**Assignment**
Below are entries. Reproduce exactly the lines between the line holding "#126=PLANE('',#125);" and the line holding "#176=AXIS2_PLACEMENT_3D('',#22,#24,#67);", inclusive, and only those.

**Data supplied**

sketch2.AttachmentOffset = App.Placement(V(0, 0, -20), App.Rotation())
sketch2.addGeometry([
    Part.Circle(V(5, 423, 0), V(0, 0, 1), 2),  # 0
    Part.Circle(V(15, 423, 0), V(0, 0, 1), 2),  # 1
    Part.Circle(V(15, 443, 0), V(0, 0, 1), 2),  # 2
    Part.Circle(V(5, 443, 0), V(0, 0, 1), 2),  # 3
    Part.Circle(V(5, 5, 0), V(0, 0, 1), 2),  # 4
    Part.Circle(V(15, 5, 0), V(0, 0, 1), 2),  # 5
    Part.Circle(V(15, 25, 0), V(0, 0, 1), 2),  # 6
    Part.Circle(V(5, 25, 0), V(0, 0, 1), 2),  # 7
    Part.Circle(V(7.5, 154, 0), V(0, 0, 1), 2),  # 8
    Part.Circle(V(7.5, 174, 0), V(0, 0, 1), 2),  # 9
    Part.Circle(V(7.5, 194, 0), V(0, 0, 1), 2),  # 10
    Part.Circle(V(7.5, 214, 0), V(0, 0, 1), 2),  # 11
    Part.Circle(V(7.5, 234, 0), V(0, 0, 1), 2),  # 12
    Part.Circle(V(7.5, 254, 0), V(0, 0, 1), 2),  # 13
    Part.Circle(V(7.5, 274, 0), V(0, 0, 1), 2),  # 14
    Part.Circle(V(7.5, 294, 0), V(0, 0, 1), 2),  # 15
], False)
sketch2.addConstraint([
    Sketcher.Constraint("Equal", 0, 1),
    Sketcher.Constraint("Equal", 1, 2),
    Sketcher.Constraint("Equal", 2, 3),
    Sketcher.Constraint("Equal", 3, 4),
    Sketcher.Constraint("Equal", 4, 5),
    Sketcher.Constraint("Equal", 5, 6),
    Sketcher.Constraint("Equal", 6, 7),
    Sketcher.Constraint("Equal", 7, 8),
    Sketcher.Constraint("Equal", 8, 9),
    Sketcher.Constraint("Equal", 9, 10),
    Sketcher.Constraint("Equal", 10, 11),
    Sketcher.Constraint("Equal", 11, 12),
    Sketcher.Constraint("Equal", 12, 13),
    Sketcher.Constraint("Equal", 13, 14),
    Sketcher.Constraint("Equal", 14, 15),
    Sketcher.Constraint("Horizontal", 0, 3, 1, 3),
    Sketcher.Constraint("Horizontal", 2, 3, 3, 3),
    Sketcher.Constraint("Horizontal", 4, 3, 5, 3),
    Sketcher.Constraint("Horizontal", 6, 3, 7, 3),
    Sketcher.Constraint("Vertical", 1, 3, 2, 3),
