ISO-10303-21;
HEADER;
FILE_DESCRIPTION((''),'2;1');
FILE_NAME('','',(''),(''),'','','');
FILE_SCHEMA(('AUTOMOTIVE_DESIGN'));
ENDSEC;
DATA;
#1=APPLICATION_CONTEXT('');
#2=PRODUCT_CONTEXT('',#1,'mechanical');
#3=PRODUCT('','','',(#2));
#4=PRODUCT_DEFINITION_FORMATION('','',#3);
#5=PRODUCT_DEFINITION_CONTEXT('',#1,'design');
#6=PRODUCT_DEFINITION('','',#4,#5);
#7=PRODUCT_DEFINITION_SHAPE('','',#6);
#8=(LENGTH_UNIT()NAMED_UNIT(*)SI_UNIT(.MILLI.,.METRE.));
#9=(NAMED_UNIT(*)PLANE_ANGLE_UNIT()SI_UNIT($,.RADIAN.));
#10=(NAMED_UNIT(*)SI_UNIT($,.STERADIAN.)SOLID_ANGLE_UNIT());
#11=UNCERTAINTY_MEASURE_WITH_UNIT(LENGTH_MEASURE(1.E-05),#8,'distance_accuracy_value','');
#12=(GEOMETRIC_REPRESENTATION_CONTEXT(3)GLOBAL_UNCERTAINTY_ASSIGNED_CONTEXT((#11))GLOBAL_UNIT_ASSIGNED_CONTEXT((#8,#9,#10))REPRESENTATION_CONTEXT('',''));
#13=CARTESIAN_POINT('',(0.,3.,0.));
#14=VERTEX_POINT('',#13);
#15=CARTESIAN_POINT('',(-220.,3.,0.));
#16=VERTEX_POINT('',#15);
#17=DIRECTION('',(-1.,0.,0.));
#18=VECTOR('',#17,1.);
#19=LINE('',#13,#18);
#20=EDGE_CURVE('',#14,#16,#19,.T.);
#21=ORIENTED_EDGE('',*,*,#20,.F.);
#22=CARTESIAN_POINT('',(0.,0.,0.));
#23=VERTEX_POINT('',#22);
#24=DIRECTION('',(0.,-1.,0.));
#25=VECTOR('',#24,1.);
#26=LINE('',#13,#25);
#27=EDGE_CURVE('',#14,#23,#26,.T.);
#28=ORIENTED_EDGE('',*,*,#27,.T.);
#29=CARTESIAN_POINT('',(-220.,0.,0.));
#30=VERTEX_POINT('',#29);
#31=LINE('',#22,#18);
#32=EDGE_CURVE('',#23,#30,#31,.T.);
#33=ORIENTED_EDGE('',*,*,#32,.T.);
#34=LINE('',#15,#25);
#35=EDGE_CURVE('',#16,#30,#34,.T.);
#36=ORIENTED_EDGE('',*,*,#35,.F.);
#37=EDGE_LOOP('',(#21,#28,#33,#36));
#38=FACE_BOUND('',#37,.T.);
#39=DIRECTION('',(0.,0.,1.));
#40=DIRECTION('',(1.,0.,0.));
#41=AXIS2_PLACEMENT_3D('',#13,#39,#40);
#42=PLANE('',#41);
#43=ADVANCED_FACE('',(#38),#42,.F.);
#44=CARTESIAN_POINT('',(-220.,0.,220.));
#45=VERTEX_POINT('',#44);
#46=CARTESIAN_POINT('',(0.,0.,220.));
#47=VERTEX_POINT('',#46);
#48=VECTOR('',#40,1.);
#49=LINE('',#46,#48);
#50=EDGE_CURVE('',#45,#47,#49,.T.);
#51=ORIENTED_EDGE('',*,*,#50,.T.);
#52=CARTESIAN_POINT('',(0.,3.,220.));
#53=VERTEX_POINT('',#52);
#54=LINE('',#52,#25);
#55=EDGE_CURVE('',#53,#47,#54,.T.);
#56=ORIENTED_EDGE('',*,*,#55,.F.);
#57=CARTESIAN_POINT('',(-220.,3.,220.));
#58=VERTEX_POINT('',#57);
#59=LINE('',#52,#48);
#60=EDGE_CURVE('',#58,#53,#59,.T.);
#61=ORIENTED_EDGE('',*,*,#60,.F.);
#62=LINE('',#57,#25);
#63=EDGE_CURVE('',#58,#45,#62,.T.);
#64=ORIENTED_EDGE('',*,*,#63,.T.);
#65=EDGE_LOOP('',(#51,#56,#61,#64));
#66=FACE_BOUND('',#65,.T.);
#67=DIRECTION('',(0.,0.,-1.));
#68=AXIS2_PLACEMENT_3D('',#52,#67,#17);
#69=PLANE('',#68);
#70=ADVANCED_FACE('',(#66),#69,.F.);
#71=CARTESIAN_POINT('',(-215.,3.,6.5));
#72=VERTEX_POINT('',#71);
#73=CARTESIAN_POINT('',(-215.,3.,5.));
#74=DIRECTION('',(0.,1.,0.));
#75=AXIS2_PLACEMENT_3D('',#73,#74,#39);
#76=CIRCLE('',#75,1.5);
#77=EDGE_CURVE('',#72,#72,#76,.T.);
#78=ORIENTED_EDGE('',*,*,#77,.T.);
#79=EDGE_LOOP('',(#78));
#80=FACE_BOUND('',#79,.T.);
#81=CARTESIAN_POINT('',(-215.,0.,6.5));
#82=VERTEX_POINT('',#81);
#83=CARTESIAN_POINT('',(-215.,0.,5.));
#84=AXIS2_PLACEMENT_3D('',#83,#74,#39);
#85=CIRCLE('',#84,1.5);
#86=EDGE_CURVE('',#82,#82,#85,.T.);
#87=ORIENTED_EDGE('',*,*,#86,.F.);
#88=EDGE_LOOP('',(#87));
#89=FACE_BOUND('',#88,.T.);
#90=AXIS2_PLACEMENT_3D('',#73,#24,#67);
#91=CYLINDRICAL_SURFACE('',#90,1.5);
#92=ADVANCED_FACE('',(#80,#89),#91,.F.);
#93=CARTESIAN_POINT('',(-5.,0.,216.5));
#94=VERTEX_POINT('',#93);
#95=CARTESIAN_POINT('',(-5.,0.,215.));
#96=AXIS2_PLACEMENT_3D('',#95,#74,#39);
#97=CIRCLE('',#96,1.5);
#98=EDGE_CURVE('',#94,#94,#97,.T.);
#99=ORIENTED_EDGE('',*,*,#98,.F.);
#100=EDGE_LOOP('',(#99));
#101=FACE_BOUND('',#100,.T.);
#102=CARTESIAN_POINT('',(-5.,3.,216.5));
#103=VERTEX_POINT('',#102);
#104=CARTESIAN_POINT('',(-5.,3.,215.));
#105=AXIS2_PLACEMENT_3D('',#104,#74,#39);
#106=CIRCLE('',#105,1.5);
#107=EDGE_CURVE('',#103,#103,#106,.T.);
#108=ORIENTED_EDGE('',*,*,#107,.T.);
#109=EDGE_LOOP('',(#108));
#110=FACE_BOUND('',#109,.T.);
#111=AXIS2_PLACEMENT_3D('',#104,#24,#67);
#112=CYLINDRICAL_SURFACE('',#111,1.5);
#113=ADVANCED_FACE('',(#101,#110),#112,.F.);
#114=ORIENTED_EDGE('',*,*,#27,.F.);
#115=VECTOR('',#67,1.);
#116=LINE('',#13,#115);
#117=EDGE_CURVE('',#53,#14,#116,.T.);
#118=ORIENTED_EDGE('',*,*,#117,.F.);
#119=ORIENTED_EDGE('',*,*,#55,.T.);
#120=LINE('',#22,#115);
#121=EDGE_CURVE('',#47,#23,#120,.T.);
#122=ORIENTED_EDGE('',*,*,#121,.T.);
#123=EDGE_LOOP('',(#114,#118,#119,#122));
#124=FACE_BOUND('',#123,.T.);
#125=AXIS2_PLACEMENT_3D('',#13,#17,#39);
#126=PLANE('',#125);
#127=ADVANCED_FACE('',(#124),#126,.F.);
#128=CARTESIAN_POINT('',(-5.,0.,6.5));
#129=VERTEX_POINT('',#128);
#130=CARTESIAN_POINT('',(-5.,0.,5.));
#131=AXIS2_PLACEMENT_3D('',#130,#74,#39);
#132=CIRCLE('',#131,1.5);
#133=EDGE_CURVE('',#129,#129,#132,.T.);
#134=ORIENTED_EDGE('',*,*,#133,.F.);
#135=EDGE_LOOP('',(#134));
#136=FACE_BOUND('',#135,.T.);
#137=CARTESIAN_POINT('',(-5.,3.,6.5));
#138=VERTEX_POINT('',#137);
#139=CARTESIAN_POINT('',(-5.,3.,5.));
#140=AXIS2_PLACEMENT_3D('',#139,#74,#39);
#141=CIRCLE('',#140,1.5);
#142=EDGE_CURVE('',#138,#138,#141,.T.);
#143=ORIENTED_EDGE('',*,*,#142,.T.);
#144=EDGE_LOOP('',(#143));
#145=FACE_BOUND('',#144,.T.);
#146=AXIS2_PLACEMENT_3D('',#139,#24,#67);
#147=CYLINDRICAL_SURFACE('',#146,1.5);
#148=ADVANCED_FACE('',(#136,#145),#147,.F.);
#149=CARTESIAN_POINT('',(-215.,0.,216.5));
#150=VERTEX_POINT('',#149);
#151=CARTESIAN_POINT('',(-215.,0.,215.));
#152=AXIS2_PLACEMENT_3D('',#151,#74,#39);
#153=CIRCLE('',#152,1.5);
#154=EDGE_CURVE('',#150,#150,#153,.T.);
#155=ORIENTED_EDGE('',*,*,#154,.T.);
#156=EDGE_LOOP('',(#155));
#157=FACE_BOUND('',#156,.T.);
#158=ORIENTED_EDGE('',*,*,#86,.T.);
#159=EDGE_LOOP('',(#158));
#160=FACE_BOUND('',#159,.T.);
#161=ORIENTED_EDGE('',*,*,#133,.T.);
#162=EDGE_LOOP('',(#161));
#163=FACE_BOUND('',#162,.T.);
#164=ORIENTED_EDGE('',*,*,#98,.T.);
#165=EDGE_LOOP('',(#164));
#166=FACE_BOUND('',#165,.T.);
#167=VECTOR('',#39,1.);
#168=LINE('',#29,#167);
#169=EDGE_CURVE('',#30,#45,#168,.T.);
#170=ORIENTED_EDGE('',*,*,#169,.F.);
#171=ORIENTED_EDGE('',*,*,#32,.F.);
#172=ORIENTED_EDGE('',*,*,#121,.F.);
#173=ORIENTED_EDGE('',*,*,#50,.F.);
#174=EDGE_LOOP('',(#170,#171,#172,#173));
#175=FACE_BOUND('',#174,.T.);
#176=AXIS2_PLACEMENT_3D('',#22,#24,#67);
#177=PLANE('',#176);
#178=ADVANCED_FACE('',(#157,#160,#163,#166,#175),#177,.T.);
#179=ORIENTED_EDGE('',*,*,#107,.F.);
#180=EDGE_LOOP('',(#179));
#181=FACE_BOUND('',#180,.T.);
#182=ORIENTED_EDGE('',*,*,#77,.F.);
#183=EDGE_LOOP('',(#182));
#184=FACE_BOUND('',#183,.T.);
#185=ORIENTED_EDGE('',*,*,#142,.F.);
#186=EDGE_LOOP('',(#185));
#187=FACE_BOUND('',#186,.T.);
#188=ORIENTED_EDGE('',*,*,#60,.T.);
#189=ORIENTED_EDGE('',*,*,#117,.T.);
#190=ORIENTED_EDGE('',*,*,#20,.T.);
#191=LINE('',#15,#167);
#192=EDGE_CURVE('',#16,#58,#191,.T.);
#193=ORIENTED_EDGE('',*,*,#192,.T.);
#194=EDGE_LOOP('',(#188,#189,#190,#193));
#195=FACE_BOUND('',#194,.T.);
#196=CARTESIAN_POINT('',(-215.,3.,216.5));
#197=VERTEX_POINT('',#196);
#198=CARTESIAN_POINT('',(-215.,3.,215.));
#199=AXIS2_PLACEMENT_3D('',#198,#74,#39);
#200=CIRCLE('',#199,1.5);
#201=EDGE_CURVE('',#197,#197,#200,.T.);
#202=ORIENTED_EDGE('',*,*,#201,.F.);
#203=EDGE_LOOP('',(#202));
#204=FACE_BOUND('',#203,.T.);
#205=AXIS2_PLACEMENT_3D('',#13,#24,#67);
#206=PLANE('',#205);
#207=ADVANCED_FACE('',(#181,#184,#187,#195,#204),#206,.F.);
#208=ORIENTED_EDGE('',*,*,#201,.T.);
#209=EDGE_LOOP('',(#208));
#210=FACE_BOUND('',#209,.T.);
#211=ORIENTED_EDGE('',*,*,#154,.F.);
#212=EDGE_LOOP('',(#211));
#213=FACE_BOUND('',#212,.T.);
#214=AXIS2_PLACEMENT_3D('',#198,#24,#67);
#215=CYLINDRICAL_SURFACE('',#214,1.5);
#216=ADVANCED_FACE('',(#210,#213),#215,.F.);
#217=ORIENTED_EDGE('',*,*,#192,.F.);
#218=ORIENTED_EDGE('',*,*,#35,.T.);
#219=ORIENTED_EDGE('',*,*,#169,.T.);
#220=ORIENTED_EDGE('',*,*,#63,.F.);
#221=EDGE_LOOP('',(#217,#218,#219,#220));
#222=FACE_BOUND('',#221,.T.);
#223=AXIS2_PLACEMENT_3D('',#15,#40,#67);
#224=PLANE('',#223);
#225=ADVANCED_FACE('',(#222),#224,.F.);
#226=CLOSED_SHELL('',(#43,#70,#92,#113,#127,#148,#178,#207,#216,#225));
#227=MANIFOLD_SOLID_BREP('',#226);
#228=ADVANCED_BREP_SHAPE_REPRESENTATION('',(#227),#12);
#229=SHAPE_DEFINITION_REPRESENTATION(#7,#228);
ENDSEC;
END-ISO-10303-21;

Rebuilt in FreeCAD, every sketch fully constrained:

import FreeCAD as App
import Part
import Sketcher


def add_polygon(sketch, points):
    """Adds a closed chain of lines whose ends are joined by coincident constraints."""
    first, n = sketch.GeometryCount, len(points)
    for a, b in zip(points, points[1:] + points[:1]):
        sketch.addGeometry(Part.LineSegment(App.Vector(*a, 0), App.Vector(*b, 0)), False)
    for i in range(n):
        sketch.addConstraint(Sketcher.Constraint("Coincident", first + i, 2, first + (i + 1) % n, 1))

doc = App.newDocument("Part")
body = doc.addObject("PartDesign::Body", "Body")

# Sketch on XZ plane
sketch1 = doc.addObject("Sketcher::SketchObject", "Sketch")
body.addObject(sketch1)
sketch1.AttachmentSupport = (doc.XZ_Plane, [""])
sketch1.MapMode = "FlatFace"
add_polygon(sketch1, [(-220, 0), (-220, 220), (0, 220), (0, 0)])  # lines 0-3
sketch1.addGeometry(Part.Circle(App.Vector(-215, 215, 0), App.Vector(0, 0, 1), 1.5), False)  # 4
sketch1.addGeometry(Part.Circle(App.Vector(-5, 215, 0), App.Vector(0, 0, 1), 1.5), False)  # 5
sketch1.addGeometry(Part.Circle(App.Vector(-215, 5, 0), App.Vector(0, 0, 1), 1.5), False)  # 6
sketch1.addGeometry(Part.Circle(App.Vector(-5, 5, 0), App.Vector(0, 0, 1), 1.5), False)  # 7
sketch1.addConstraint([
    Sketcher.Constraint("Vertical", 0),
    Sketcher.Constraint("Horizontal", 1),
    Sketcher.Constraint("Vertical", 2),
    Sketcher.Constraint("Horizontal", 3),
    Sketcher.Constraint("Coincident", 2, 2, -1, 1),
    Sketcher.Constraint("Equal", 4, 5),
    Sketcher.Constraint("Equal", 5, 6),
    Sketcher.Constraint("Equal", 6, 7),
    Sketcher.Constraint("Horizontal", 4, 3, 5, 3),
    Sketcher.Constraint("Horizontal", 6, 3, 7, 3),
    Sketcher.Constraint("Vertical", 4, 3, 6, 3),
    Sketcher.Constraint("Vertical", 5, 3, 7, 3),
    Sketcher.Constraint("Equal", 3, 0),
    Sketcher.Constraint("Diameter", 4, 3.0),
    Sketcher.Constraint("DistanceX", 1, 1, 1, 2, 220.0),
    Sketcher.Constraint("DistanceX", 4, 3, -1, 1, 215.0),
    Sketcher.Constraint("DistanceY", -1, 1, 4, 3, 215.0),
    Sketcher.Constraint("DistanceX", 5, 3, -1, 1, 5.0),
    Sketcher.Constraint("DistanceY", -1, 1, 6, 3, 5.0),
])
pad1 = doc.addObject("PartDesign::Pad", "Pad")
body.addObject(pad1)
pad1.Profile = sketch1
pad1.Length = 3
pad1.Reversed = True

doc.recompute()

**Answer to the problem**
#126=PLANE('',#125);
#127=ADVANCED_FACE('',(#124),#126,.F.);
#128=CARTESIAN_POINT('',(-5.,0.,6.5));
#129=VERTEX_POINT('',#128);
#130=CARTESIAN_POINT('',(-5.,0.,5.));
#131=AXIS2_PLACEMENT_3D('',#130,#74,#39);
#132=CIRCLE('',#131,1.5);
#133=EDGE_CURVE('',#129,#129,#132,.T.);
#134=ORIENTED_EDGE('',*,*,#133,.F.);
#135=EDGE_LOOP('',(#134));
#136=FACE_BOUND('',#135,.T.);
#137=CARTESIAN_POINT('',(-5.,3.,6.5));
#138=VERTEX_POINT('',#137);
#139=CARTESIAN_POINT('',(-5.,3.,5.));
#140=AXIS2_PLACEMENT_3D('',#139,#74,#39);
#141=CIRCLE('',#140,1.5);
#142=EDGE_CURVE('',#138,#138,#141,.T.);
#143=ORIENTED_EDGE('',*,*,#142,.T.);
#144=EDGE_LOOP('',(#143));
#145=FACE_BOUND('',#144,.T.);
#146=AXIS2_PLACEMENT_3D('',#139,#24,#67);
#147=CYLINDRICAL_SURFACE('',#146,1.5);
#148=ADVANCED_FACE('',(#136,#145),#147,.F.);
#149=CARTESIAN_POINT('',(-215.,0.,216.5));
#150=VERTEX_POINT('',#149);
#151=CARTESIAN_POINT('',(-215.,0.,215.));
#152=AXIS2_PLACEMENT_3D('',#151,#74,#39);
#153=CIRCLE('',#152,1.5);
#154=EDGE_CURVE('',#150,#150,#153,.T.);
#155=ORIENTED_EDGE('',*,*,#154,.T.);
#156=EDGE_LOOP('',(#155));
#157=FACE_BOUND('',#156,.T.);
#158=ORIENTED_EDGE('',*,*,#86,.T.);
#159=EDGE_LOOP('',(#158));
#160=FACE_BOUND('',#159,.T.);
#161=ORIENTED_EDGE('',*,*,#133,.T.);
#162=EDGE_LOOP('',(#161));
#163=FACE_BOUND('',#162,.T.);
#164=ORIENTED_EDGE('',*,*,#98,.T.);
#165=EDGE_LOOP('',(#164));
#166=FACE_BOUND('',#165,.T.);
#167=VECTOR('',#39,1.);
#168=LINE('',#29,#167);
#169=EDGE_CURVE('',#30,#45,#168,.T.);
#170=ORIENTED_EDGE('',*,*,#169,.F.);
#171=ORIENTED_EDGE('',*,*,#32,.F.);
#172=ORIENTED_EDGE('',*,*,#121,.F.);
#173=ORIENTED_EDGE('',*,*,#50,.F.);
#174=EDGE_LOOP('',(#170,#171,#172,#173));
#175=FACE_BOUND('',#174,.T.);
#176=AXIS2_PLACEMENT_3D('',#22,#24,#67);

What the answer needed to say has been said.